- Exercise material -
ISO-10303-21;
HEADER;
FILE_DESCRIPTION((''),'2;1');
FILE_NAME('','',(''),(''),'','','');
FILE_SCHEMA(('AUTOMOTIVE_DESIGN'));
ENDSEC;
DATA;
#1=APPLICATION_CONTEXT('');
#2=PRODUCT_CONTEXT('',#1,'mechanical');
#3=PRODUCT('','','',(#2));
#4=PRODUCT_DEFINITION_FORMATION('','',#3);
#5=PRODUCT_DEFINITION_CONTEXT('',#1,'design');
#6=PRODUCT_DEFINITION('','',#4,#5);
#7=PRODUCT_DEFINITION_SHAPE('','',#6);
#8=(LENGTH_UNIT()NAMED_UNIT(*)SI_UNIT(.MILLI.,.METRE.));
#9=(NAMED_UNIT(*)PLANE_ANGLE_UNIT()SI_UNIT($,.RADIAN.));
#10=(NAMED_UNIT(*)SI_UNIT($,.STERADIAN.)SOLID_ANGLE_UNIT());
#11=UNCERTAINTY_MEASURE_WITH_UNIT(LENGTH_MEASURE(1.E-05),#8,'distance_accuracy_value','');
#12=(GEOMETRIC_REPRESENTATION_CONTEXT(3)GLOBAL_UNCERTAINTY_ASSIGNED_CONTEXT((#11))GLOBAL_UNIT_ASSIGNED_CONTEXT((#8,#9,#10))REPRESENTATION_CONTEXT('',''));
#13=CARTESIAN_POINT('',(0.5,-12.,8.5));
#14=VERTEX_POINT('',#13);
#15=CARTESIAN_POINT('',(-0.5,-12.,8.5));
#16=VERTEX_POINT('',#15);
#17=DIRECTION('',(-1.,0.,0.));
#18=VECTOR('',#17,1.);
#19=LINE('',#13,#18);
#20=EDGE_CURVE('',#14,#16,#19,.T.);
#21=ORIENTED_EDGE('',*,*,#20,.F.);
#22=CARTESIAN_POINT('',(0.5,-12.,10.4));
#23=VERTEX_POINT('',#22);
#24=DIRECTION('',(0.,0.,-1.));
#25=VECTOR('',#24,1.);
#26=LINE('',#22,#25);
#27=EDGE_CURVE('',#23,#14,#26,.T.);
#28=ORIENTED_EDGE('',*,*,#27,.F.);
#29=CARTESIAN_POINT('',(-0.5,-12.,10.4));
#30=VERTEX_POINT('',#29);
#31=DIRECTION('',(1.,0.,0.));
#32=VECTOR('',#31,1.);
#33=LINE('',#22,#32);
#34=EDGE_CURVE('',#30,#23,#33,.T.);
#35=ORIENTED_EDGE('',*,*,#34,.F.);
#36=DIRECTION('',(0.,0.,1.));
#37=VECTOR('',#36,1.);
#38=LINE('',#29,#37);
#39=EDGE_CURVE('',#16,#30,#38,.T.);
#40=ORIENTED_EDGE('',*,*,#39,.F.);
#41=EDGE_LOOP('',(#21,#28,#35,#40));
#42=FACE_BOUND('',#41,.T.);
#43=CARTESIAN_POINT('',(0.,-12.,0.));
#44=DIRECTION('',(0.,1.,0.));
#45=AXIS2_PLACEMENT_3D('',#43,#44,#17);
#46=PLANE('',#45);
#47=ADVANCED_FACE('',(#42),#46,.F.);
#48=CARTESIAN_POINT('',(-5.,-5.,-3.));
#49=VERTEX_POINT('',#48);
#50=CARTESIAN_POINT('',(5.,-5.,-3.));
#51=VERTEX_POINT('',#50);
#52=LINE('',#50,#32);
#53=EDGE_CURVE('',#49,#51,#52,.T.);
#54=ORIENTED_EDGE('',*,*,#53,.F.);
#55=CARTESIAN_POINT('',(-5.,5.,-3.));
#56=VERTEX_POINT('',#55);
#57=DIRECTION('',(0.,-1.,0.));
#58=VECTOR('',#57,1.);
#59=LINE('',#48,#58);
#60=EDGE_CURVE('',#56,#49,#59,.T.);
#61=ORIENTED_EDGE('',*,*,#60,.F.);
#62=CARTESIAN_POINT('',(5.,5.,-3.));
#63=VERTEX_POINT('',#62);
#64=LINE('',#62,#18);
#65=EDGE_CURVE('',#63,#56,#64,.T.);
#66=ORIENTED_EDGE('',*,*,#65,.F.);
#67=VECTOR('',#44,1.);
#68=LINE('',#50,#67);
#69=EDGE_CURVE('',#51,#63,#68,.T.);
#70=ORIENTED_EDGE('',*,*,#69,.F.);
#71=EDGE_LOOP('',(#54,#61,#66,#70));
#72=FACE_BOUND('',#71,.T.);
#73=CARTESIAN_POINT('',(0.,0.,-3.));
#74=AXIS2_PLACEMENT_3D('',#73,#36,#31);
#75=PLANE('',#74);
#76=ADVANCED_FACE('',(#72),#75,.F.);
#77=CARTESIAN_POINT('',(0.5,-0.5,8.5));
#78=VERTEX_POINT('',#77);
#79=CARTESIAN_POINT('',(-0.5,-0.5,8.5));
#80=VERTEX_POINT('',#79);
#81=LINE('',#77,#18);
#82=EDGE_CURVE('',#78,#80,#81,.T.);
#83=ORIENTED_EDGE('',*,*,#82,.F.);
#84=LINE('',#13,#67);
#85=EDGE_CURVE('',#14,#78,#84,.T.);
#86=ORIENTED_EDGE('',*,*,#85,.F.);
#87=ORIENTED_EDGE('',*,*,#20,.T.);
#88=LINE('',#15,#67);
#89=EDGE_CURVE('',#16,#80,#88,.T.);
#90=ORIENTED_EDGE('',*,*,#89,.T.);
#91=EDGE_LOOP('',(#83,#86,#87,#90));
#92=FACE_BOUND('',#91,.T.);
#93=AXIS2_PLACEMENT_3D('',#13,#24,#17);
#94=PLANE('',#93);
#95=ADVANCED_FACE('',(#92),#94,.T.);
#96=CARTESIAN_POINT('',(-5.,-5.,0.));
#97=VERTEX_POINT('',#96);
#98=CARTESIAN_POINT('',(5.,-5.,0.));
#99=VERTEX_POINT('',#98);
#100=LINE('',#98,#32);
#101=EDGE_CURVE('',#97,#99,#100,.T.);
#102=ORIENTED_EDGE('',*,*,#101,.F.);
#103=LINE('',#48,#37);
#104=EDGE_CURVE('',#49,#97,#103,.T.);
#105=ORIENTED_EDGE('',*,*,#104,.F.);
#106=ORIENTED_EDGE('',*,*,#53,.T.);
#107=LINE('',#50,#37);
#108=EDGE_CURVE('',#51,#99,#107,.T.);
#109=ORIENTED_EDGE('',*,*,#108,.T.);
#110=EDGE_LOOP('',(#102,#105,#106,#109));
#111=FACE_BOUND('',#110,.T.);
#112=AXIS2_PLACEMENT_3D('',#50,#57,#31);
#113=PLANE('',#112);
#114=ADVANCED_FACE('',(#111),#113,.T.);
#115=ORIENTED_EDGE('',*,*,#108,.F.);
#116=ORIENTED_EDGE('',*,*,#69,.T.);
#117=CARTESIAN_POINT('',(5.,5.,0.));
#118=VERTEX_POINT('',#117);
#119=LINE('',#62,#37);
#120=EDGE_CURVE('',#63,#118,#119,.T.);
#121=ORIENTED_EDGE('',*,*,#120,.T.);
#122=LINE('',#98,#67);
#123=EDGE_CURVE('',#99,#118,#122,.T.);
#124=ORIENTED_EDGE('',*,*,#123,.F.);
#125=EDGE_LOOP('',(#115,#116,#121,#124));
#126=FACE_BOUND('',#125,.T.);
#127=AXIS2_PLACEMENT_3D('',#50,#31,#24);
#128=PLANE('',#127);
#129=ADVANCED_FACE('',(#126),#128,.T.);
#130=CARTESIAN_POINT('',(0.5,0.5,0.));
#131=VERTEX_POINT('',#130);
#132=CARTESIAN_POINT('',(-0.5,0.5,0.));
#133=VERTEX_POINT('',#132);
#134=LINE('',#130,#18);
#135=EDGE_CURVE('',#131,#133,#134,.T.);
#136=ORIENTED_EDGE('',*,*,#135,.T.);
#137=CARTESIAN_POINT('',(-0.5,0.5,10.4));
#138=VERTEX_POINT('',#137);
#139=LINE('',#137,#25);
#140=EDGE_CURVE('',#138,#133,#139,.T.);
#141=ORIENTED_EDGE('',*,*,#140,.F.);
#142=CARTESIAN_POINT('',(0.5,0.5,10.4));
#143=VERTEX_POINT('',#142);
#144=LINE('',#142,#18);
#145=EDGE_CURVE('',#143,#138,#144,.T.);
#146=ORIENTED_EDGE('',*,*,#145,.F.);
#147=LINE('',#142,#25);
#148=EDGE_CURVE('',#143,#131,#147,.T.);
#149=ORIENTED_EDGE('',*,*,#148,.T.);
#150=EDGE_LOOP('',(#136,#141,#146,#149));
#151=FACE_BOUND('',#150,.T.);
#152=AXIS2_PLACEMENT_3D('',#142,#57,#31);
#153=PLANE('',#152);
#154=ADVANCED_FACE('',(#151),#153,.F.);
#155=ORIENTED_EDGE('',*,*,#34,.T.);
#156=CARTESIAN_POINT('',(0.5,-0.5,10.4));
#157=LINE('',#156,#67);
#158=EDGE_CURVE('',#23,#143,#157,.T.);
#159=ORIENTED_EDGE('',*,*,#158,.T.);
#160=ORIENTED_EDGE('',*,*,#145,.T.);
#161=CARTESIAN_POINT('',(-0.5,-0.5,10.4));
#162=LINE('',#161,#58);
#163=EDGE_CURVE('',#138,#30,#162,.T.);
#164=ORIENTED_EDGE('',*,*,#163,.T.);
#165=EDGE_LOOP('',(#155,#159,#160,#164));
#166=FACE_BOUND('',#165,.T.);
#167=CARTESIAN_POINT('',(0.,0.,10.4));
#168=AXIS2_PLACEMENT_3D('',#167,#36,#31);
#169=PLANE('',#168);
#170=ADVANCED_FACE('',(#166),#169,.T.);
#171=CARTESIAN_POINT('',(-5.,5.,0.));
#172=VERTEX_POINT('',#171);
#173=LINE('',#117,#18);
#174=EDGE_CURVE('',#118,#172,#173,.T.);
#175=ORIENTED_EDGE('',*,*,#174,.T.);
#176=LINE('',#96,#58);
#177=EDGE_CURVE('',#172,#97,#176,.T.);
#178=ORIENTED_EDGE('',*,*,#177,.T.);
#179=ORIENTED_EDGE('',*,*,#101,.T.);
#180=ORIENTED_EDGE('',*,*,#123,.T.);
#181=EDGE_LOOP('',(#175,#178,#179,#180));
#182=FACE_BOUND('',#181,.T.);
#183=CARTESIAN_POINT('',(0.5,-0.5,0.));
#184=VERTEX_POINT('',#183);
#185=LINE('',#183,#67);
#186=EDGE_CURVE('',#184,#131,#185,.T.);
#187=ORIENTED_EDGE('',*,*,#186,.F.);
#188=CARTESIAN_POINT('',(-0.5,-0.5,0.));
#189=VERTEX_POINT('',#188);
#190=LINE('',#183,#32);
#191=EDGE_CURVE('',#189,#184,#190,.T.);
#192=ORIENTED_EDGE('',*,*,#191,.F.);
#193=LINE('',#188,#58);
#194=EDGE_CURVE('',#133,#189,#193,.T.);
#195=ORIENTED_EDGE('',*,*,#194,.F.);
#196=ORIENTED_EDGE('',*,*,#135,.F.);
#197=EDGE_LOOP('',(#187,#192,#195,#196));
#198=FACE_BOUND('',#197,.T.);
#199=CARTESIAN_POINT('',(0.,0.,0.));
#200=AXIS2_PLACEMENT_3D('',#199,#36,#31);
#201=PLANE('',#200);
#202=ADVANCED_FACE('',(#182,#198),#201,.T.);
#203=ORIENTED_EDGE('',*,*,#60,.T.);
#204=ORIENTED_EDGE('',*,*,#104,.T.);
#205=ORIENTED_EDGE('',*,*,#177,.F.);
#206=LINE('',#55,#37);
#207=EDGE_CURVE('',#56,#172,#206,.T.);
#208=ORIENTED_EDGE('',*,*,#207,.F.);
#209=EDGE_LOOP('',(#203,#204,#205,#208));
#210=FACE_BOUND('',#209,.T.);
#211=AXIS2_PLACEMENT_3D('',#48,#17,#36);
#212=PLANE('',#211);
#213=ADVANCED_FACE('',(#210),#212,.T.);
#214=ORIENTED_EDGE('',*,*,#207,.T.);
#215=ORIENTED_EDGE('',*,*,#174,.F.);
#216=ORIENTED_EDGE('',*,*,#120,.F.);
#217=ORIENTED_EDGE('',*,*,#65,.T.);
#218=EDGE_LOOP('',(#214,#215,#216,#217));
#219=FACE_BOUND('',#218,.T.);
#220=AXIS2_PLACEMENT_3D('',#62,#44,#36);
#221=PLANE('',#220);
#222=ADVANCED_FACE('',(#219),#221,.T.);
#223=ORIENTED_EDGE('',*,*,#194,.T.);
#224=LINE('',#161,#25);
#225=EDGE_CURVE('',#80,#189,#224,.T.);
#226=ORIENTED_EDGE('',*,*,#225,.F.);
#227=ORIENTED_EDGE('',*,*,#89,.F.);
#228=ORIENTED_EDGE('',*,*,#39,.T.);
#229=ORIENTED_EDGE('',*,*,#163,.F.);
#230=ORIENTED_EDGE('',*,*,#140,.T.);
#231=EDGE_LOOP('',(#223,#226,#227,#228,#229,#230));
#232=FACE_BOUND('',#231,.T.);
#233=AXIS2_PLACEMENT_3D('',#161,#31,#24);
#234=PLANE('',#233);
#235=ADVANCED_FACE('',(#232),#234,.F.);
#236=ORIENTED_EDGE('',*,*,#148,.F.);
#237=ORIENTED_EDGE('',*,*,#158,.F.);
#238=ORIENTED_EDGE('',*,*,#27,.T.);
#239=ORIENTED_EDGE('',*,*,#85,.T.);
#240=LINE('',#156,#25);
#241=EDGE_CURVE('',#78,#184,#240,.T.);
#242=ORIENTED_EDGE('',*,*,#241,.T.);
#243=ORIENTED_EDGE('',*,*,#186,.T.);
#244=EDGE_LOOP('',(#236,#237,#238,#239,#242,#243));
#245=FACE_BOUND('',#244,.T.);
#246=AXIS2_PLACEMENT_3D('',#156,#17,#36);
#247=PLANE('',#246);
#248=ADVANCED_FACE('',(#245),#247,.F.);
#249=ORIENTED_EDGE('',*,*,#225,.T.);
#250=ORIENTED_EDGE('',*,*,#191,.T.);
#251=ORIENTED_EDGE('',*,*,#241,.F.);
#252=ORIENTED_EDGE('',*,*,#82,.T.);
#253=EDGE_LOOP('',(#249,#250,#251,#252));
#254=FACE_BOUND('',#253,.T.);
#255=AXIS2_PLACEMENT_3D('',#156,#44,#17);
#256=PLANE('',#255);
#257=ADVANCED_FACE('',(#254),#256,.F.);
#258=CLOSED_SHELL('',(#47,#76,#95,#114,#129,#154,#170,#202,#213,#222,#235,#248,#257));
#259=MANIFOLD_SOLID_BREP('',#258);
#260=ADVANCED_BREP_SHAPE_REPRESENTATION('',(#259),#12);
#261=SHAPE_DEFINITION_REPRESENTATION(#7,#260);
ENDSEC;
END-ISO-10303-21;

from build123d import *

# Parameters (mm, degrees)
SKETCH1_W           = 10
SKETCH1_H           = 10
BOSS_EXTRUDE3_DEPTH = 3
SKETCH5_W           = 1
SKETCH5_H           = 1
BOSS_EXTRUDE4_DEPTH = 10.4
SKETCH6_W           = 1
SKETCH6_H           = 1.9
BOSS_EXTRUDE5_DEPTH = 12.5


with BuildPart() as part:
    # Sketch1 → Boss-Extrude3 (new body)
    with BuildSketch(Plane.XY):
        Rectangle(SKETCH1_W, SKETCH1_H)
    extrude(amount=-BOSS_EXTRUDE3_DEPTH)

    # Sketch5 → Boss-Extrude4 (add)
    with BuildSketch(Plane.XY):
        Rectangle(SKETCH5_W, SKETCH5_H)
    extrude(amount=BOSS_EXTRUDE4_DEPTH)

    # Sketch6 → Boss-Extrude5 (add)
    with BuildSketch(Plane(origin=(0, 0.5, 0), x_dir=(1, 0, 0), z_dir=(0, 1, 0))):
        with Locations((0, -9.45)):
            Rectangle(SKETCH6_W, SKETCH6_H)
    extrude(amount=-BOSS_EXTRUDE5_DEPTH)


solid = part.part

- Aim of the exercise -
From the records above, copy every line that holds the word "VECTOR".

- Problem solution -
#18=VECTOR('',#17,1.);
#25=VECTOR('',#24,1.);
#32=VECTOR('',#31,1.);
#37=VECTOR('',#36,1.);
#58=VECTOR('',#57,1.);
#67=VECTOR('',#44,1.);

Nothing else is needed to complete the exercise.